Als ich 1993 meine erste Stelle als Redakteur der Bauwelt in Berlin antrat (wie altmodisch klingt dieser Satz heute!), da erbte ich nicht nur einen Schreibtisch und einen untauglichen MS-DOS-Rechner, sondern auch ein Bücherregal. Den Rechner konnte ich damals flugs durch einen Mac LC II („Pizzaschachtel“) ersetzen, die Bücher blieben. Mein Vorgänger Wolfgang Braatz, von dem ich seitdem nie wieder etwas gehört habe, hinterließ mir unter anderem ein unscheinbares Buch in einer zerlesenen Paperback-Ausgabe: „Berlin und seine Bauten Teil IV Wohnungsbau Band A. Die Voraussetzungen. Die Entwicklung der Wohngebiete“, erschienen beim Verlag von Wilhelm Ernst & Sohn im Jahr 1970.

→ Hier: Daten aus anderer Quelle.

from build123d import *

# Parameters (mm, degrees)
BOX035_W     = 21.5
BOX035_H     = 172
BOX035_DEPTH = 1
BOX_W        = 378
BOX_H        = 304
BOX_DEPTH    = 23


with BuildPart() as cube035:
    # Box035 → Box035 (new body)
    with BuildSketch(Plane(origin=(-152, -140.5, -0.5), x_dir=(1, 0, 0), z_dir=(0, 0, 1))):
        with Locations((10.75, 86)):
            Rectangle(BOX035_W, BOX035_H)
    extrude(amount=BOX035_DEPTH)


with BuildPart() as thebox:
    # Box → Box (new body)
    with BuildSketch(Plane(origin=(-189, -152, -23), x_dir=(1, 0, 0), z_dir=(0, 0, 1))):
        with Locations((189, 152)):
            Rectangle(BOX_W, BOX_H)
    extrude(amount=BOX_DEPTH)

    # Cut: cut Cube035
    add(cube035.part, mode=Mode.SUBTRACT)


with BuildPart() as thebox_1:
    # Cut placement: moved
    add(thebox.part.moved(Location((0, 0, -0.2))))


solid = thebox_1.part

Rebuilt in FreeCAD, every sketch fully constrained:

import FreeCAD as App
import Part
import Sketcher
Q = App.Units.Quantity

doc = App.newDocument("Part")
body = doc.addObject("PartDesign::Body", "Body")

# Sketch on XY plane
sketch1 = doc.addObject("Sketcher::SketchObject", "Sketch")
body.addObject(sketch1)
sketch1.AttachmentSupport = (doc.XY_Plane, [""])
sketch1.MapMode = "FlatFace"
sketch1.AttachmentOffset = App.Placement(App.Vector(0, 0, -0.5), App.Rotation())
sketch1.addGeometry([
    Part.LineSegment(App.Vector(-152, 32, 0), App.Vector(-152, -140, 0)),
    Part.LineSegment(App.Vector(-152, -140, 0), App.Vector(-130, -140, 0)),
    Part.LineSegment(App.Vector(-130, -140, 0), App.Vector(-130, 32, 0)),
    Part.LineSegment(App.Vector(-130, 32, 0), App.Vector(-152, 32, 0)),
], False)
sketch1.addConstraint([
    Sketcher.Constraint("Coincident", 0, 2, 1, 1),
    Sketcher.Constraint("Coincident", 1, 2, 2, 1),
    Sketcher.Constraint("Coincident", 2, 2, 3, 1),
    Sketcher.Constraint("Coincident", 3, 2, 0, 1),
    Sketcher.Constraint("Vertical", 0),
    Sketcher.Constraint("Horizontal", 1),
    Sketcher.Constraint("Vertical", 2),
    Sketcher.Constraint("Horizontal", 3),
    Sketcher.Constraint("DistanceY", 0, 2, 0, 1, Q("172 mm")),
    Sketcher.Constraint("DistanceX", 1, 1, 1, 2, Q("21.5 mm")),
    Sketcher.Constraint("DistanceX", 0, 2, -1, 1, Q("152 mm")),
    Sketcher.Constraint("DistanceY", 0, 2, -1, 1, Q("140.5 mm")),
])
pad1 = doc.addObject("PartDesign::Pad", "Pad")
body.addObject(pad1)
pad1.Profile = sketch1
pad1.Length = 1
body2 = doc.addObject("PartDesign::Body", "Body001")

# Sketch on XY plane
sketch2 = doc.addObject("Sketcher::SketchObject", "Sketch001")
body2.addObject(sketch2)
sketch2.AttachmentSupport = (doc.getObject("XY_Plane001"), [""])
sketch2.MapMode = "FlatFace"
sketch2.AttachmentOffset = App.Placement(App.Vector(0, 0, -23), App.Rotation())
sketch2.addGeometry([
    Part.LineSegment(App.Vector(-189, 152, 0), App.Vector(-189, -152, 0)),
    Part.LineSegment(App.Vector(-189, -152, 0), App.Vector(189, -152, 0)),
    Part.LineSegment(App.Vector(189, -152, 0), App.Vector(189, 152, 0)),
    Part.LineSegment(App.Vector(189, 152, 0), App.Vector(-189, 152, 0)),
], False)
sketch2.addConstraint([
    Sketcher.Constraint("Coincident", 0, 2, 1, 1),
    Sketcher.Constraint("Coincident", 1, 2, 2, 1),
    Sketcher.Constraint("Coincident", 2, 2, 3, 1),
    Sketcher.Constraint("Coincident", 3, 2, 0, 1),
    Sketcher.Constraint("Vertical", 0),
    Sketcher.Constraint("Horizontal", 1),
    Sketcher.Constraint("Vertical", 2),
    Sketcher.Constraint("Horizontal", 3),
    Sketcher.Constraint("Symmetric", 0, 2, 2, 2, -1, 1),
    Sketcher.Constraint("DistanceX", 1, 1, 1, 2, Q("378 mm")),
    Sketcher.Constraint("DistanceY", 0, 2, 0, 1, Q("304 mm")),
])
pad2 = doc.addObject("PartDesign::Pad", "Pad001")
body2.addObject(pad2)
pad2.Profile = sketch2
pad2.Length = 23
doc.recompute()

boolean = doc.addObject("PartDesign::Boolean", "Boolean")
body2.addObject(boolean)
boolean.Type = "Cut"
boolean.addObjects([body])
body3 = doc.addObject("PartDesign::Body", "Body002")
doc.recompute()

body2.Placement = App.Placement(App.Vector(0, 0, -0.2), App.Rotation(App.Vector(0, 0, 1), 0))
boolean2 = doc.addObject("PartDesign::Boolean", "Boolean001")
body3.addObject(boolean2)
boolean2.Type = "Fuse"
boolean2.addObjects([body2])

doc.recompute()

Das Ding ist ein echter Kracher und seit langem eines meine Lieblingsbücher. In der einschlägigen Reihe „BusB“ des Architekten- und Ingenieurvereins (AIV) erschienen, bietet dieser Band einen Überblick des modernen Siedlungs- und Wohnungsbaugeschehens in Berlin nach der Gründerzeit. Offenbar unter akribischer Auswertung von Bauakten wird hier in einer fast unfassbaren Genauigkeit alles zwischen 1886 und 1967 dargestellt, was in Berlin im Siedlungs- und Wohnungsbau diesseits des Historismus stattgefunden hat. Da das im Westen erschienene Buch einen Gesamtberliner Anspruch hat, sind zumindest für die Zeit vor 1945 alle Bezirke berücksichtigt. Der Band konzentriert sich auf Geschosswohnungsbauten und Siedlungen; ein eigener Band zu individuell geplanten Einfamilienhäusern (an dem Julius Posener maßgeblich mitgewirkt hatte), erschien 1975 (heute antiquarisch nicht unter 400 € zu haben).

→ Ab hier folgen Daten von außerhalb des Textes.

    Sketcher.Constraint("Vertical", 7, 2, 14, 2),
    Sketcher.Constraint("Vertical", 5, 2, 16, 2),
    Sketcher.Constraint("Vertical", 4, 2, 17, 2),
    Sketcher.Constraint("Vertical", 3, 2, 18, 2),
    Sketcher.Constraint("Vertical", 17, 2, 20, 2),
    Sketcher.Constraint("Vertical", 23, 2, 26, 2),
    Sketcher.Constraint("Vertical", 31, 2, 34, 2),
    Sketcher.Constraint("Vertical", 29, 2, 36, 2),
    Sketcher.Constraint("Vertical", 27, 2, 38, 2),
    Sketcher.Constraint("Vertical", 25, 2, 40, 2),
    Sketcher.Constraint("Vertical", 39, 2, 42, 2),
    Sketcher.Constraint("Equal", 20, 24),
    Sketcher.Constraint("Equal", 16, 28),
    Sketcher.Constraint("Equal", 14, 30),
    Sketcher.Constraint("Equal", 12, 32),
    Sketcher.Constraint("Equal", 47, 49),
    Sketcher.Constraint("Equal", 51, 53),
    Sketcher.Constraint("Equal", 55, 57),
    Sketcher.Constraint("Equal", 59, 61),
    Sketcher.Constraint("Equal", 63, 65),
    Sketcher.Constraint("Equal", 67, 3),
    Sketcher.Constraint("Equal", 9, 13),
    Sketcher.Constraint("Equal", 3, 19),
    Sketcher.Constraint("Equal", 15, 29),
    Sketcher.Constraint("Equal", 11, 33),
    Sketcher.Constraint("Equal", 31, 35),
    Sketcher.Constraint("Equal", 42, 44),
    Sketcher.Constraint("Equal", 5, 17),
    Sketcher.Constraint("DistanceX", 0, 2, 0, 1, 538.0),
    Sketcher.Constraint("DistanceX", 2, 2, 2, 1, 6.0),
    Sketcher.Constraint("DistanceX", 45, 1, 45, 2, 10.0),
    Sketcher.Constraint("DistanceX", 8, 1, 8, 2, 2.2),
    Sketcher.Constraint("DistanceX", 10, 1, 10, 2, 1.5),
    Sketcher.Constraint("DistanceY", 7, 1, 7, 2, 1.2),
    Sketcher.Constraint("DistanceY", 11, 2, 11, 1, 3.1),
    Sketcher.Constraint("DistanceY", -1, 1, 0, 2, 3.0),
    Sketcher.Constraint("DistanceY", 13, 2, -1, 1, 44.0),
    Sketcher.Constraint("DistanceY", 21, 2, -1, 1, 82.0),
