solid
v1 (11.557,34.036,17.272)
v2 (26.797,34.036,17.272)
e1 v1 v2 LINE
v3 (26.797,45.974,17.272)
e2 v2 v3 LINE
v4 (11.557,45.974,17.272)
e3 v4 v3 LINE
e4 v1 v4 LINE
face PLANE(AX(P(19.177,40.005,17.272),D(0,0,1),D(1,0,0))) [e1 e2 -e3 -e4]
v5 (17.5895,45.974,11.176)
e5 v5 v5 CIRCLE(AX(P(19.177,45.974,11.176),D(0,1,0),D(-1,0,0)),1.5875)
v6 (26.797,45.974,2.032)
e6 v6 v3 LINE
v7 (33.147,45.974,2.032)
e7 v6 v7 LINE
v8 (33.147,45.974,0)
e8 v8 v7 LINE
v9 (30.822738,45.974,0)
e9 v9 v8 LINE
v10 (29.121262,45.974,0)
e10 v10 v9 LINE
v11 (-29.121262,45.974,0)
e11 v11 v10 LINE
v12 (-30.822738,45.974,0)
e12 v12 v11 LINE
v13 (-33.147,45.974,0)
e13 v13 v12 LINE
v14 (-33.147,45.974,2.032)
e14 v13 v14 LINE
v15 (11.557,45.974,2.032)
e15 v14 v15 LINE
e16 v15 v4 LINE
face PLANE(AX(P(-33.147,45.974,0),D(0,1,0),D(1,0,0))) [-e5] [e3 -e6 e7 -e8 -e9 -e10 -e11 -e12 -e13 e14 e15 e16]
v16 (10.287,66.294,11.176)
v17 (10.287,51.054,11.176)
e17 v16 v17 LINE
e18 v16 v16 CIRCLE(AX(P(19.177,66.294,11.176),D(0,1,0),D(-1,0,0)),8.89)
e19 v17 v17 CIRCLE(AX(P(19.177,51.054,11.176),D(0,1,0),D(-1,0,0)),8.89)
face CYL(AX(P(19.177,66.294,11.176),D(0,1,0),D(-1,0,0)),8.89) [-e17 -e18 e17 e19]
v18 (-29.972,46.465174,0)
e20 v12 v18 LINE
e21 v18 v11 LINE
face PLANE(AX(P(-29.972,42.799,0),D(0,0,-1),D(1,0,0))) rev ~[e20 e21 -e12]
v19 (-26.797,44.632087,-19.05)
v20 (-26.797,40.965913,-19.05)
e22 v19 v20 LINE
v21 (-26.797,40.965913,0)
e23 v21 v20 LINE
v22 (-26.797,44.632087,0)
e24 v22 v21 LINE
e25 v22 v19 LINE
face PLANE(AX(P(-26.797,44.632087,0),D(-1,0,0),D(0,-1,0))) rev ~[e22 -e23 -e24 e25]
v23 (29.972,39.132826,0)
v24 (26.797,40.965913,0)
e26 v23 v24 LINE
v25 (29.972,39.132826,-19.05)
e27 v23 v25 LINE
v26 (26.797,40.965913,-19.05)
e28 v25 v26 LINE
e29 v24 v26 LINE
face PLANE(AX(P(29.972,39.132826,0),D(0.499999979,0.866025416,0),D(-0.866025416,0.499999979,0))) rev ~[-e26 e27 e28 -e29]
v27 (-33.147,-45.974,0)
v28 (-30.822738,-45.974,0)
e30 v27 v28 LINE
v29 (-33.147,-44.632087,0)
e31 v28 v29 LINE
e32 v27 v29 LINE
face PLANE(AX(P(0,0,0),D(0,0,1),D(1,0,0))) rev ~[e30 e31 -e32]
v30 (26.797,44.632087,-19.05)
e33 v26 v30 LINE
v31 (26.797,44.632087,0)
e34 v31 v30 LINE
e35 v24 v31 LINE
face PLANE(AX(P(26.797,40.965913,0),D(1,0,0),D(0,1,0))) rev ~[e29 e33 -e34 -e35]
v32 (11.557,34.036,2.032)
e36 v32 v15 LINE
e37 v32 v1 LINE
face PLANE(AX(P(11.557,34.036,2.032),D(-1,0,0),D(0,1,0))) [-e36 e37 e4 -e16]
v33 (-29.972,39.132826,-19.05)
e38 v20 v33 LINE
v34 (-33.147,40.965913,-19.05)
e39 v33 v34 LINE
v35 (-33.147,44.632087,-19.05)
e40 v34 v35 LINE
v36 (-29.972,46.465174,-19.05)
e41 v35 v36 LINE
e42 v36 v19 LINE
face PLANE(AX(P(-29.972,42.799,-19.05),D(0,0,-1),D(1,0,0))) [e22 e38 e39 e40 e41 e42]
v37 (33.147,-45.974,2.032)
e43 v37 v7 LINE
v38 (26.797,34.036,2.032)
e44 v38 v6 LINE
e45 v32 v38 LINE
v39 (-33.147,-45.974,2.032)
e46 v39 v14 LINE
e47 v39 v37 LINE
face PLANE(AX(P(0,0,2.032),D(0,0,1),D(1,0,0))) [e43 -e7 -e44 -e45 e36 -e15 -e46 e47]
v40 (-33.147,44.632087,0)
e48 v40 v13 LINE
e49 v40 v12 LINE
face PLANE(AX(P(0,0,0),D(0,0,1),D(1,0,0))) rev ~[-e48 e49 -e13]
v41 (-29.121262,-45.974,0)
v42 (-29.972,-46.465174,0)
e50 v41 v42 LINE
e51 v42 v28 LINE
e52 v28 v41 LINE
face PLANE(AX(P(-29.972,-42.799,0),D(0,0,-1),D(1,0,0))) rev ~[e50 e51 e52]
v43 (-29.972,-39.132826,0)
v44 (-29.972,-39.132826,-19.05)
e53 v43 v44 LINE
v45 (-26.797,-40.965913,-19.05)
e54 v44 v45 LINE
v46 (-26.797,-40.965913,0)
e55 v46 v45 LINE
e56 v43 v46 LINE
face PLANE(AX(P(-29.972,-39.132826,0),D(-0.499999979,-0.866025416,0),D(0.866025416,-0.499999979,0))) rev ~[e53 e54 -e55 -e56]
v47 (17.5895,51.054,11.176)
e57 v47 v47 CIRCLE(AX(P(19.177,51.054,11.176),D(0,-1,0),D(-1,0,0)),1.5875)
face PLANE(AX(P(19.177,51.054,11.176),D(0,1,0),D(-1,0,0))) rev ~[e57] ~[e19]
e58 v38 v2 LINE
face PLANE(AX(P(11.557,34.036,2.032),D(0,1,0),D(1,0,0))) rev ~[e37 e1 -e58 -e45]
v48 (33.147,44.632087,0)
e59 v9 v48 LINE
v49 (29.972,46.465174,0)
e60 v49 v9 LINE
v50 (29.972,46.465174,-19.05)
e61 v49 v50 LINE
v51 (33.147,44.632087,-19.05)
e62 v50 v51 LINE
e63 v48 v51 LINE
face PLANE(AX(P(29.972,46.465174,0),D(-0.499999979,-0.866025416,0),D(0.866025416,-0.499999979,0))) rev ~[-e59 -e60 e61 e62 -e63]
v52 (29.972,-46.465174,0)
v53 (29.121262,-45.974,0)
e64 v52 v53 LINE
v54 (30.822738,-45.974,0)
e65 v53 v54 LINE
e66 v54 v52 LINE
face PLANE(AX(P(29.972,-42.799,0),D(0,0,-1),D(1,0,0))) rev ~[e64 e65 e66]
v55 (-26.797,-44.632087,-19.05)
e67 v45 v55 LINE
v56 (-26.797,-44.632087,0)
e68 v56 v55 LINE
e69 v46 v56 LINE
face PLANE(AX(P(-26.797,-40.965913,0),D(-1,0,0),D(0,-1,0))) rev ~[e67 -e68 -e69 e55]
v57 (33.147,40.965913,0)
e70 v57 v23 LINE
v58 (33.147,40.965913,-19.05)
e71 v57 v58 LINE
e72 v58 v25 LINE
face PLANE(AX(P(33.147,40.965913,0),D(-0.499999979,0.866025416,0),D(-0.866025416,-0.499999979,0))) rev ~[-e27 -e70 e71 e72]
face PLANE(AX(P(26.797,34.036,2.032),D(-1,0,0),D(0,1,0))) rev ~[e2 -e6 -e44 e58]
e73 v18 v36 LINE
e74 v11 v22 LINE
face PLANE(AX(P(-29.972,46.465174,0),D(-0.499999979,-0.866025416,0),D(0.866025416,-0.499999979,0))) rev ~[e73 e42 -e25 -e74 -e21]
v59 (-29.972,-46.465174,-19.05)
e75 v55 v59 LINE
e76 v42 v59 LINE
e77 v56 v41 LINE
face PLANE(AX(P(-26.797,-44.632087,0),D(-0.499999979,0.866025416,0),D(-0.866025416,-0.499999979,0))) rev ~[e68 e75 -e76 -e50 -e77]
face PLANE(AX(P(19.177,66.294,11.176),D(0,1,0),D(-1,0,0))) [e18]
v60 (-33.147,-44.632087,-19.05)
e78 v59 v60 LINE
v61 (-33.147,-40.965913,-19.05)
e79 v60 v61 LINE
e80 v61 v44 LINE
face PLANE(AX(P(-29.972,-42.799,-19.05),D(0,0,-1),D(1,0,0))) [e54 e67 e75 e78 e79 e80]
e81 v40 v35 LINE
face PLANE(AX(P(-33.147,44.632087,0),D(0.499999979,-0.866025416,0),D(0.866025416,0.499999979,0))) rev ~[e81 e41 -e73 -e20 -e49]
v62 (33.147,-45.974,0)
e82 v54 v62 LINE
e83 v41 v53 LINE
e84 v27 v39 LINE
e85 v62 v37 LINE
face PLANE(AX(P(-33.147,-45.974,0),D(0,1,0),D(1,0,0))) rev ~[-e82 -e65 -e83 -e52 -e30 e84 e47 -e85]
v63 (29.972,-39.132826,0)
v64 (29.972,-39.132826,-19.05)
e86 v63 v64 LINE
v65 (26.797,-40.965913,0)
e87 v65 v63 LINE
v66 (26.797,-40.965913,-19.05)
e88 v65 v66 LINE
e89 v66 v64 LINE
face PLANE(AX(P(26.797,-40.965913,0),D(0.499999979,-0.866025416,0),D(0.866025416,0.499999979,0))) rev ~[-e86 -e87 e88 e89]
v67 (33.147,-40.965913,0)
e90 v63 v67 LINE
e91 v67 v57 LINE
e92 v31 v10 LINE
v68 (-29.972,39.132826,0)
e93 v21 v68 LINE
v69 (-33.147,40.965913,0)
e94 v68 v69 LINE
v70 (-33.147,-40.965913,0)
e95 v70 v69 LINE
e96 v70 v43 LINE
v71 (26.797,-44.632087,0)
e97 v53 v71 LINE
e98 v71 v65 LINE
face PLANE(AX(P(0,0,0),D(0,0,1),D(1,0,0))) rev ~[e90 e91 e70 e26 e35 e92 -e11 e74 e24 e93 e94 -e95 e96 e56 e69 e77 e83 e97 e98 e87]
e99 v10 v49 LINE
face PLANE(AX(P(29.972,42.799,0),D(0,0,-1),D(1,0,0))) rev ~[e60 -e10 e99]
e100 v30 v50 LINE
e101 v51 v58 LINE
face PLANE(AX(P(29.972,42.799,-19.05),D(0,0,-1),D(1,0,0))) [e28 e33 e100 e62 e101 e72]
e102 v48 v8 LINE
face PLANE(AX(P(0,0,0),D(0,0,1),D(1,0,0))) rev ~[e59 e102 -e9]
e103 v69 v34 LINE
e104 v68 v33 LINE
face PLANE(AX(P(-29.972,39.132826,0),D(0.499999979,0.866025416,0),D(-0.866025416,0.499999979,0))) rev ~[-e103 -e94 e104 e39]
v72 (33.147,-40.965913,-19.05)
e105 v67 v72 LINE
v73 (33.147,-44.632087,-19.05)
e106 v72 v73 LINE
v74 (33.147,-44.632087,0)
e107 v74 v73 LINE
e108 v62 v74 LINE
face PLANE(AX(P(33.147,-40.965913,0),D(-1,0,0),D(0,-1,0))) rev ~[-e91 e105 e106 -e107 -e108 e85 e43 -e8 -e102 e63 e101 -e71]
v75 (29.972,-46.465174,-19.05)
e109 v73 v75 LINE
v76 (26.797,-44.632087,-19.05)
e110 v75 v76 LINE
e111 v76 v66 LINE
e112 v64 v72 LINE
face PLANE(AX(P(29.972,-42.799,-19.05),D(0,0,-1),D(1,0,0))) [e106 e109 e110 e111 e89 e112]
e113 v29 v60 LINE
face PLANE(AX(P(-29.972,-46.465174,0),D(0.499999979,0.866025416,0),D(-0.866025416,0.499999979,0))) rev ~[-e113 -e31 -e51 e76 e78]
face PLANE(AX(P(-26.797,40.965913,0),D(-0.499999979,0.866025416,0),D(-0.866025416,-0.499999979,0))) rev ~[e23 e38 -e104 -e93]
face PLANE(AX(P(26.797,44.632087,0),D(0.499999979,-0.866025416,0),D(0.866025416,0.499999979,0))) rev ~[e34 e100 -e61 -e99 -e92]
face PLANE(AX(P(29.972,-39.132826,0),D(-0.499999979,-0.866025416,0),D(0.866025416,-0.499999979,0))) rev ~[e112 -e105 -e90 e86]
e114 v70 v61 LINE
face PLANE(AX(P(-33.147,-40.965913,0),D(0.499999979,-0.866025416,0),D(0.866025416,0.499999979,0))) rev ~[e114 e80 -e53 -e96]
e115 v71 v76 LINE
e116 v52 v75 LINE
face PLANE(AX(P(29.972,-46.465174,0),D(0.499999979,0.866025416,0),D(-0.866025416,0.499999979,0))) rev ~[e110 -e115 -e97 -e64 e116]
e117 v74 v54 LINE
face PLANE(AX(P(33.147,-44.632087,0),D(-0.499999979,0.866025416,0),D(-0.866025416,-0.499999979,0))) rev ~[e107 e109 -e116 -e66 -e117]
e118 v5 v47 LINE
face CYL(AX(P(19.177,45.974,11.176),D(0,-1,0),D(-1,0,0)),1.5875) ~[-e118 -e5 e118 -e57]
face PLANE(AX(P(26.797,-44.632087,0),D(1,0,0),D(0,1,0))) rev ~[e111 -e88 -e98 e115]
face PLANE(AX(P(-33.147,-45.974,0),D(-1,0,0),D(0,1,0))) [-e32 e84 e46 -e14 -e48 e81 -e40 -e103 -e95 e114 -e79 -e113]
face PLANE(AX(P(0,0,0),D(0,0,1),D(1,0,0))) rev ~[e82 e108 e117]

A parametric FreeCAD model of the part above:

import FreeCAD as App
import Part
import Sketcher
from FreeCAD import Vector
Q = App.Units.Quantity

doc = App.newDocument("Part")
body = doc.addObject("PartDesign::Body", "Body")

sketch1 = body.newObject("Sketcher::SketchObject", "Sketch")
sketch1.AttachmentSupport = (doc.getObject("XY_Plane"), [""])
sketch1.MapMode = "FlatFace"
sketch1.addGeometry([
    Part.LineSegment(Vector(-33, 46, 0), Vector(-33, -46, 0)),
    Part.LineSegment(Vector(-33, -46, 0), Vector(33, -46, 0)),
    Part.LineSegment(Vector(33, -46, 0), Vector(33, 46, 0)),
    Part.LineSegment(Vector(33, 46, 0), Vector(-33, 46, 0)),
], False)
sketch1.addConstraint([
    Sketcher.Constraint("Coincident", 0, 2, 1, 1),
    Sketcher.Constraint("Coincident", 1, 2, 2, 1),
    Sketcher.Constraint("Coincident", 2, 2, 3, 1),
    Sketcher.Constraint("Coincident", 3, 2, 0, 1),
    Sketcher.Constraint("Vertical", 0),
    Sketcher.Constraint("Horizontal", 1),
    Sketcher.Constraint("Vertical", 2),
    Sketcher.Constraint("Horizontal", 3),
    Sketcher.Constraint("Symmetric", 0, 2, 2, 2, -1, 1),
    Sketcher.Constraint("DistanceX", 1, 1, 1, 2, Q("2.61 in")),
    Sketcher.Constraint("DistanceY", 0, 2, 0, 1, Q("3.62 in")),
])
pad1 = body.newObject("PartDesign::Pad", "Pad")
pad1.Profile = sketch1
pad1.Length = Q("0.08 in")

Zurück zu den Wohngebieten: Die hinführenden Aufsätze im vorderen Teil sind im Duktus der Machbarkeitseuphorie der Spätmoderne gehalten, aber der Katalogteil, der nach Bezirken und Epochen eingeteilt ist, ist die eigentliche Faktensammlung. Das Ganze ist so weit heruntergebrochen, dass auch kleinere und kleinste Ensembles berücksichtigt sind. In den eigens hierfür gezeichneten Lageplänen sind alle Bauten mit kleinen Kennziffern und -buchstaben markiert, die in einem nebenstehenden tabellarischen Teil aufgelöst werden, sodass für jedes Gebäude eine genaue Zuordnung von Architekt und Baujahr erfolgt.

Das längst vergriffene Buch ist auch antiquarisch kaum zu bekommen. Umso größer meine Freude, diesen Schatz zu besitzen. Meinem Vorgänger bei der Bauwelt sage ich hiermit spät, aber von Herzen: Danke!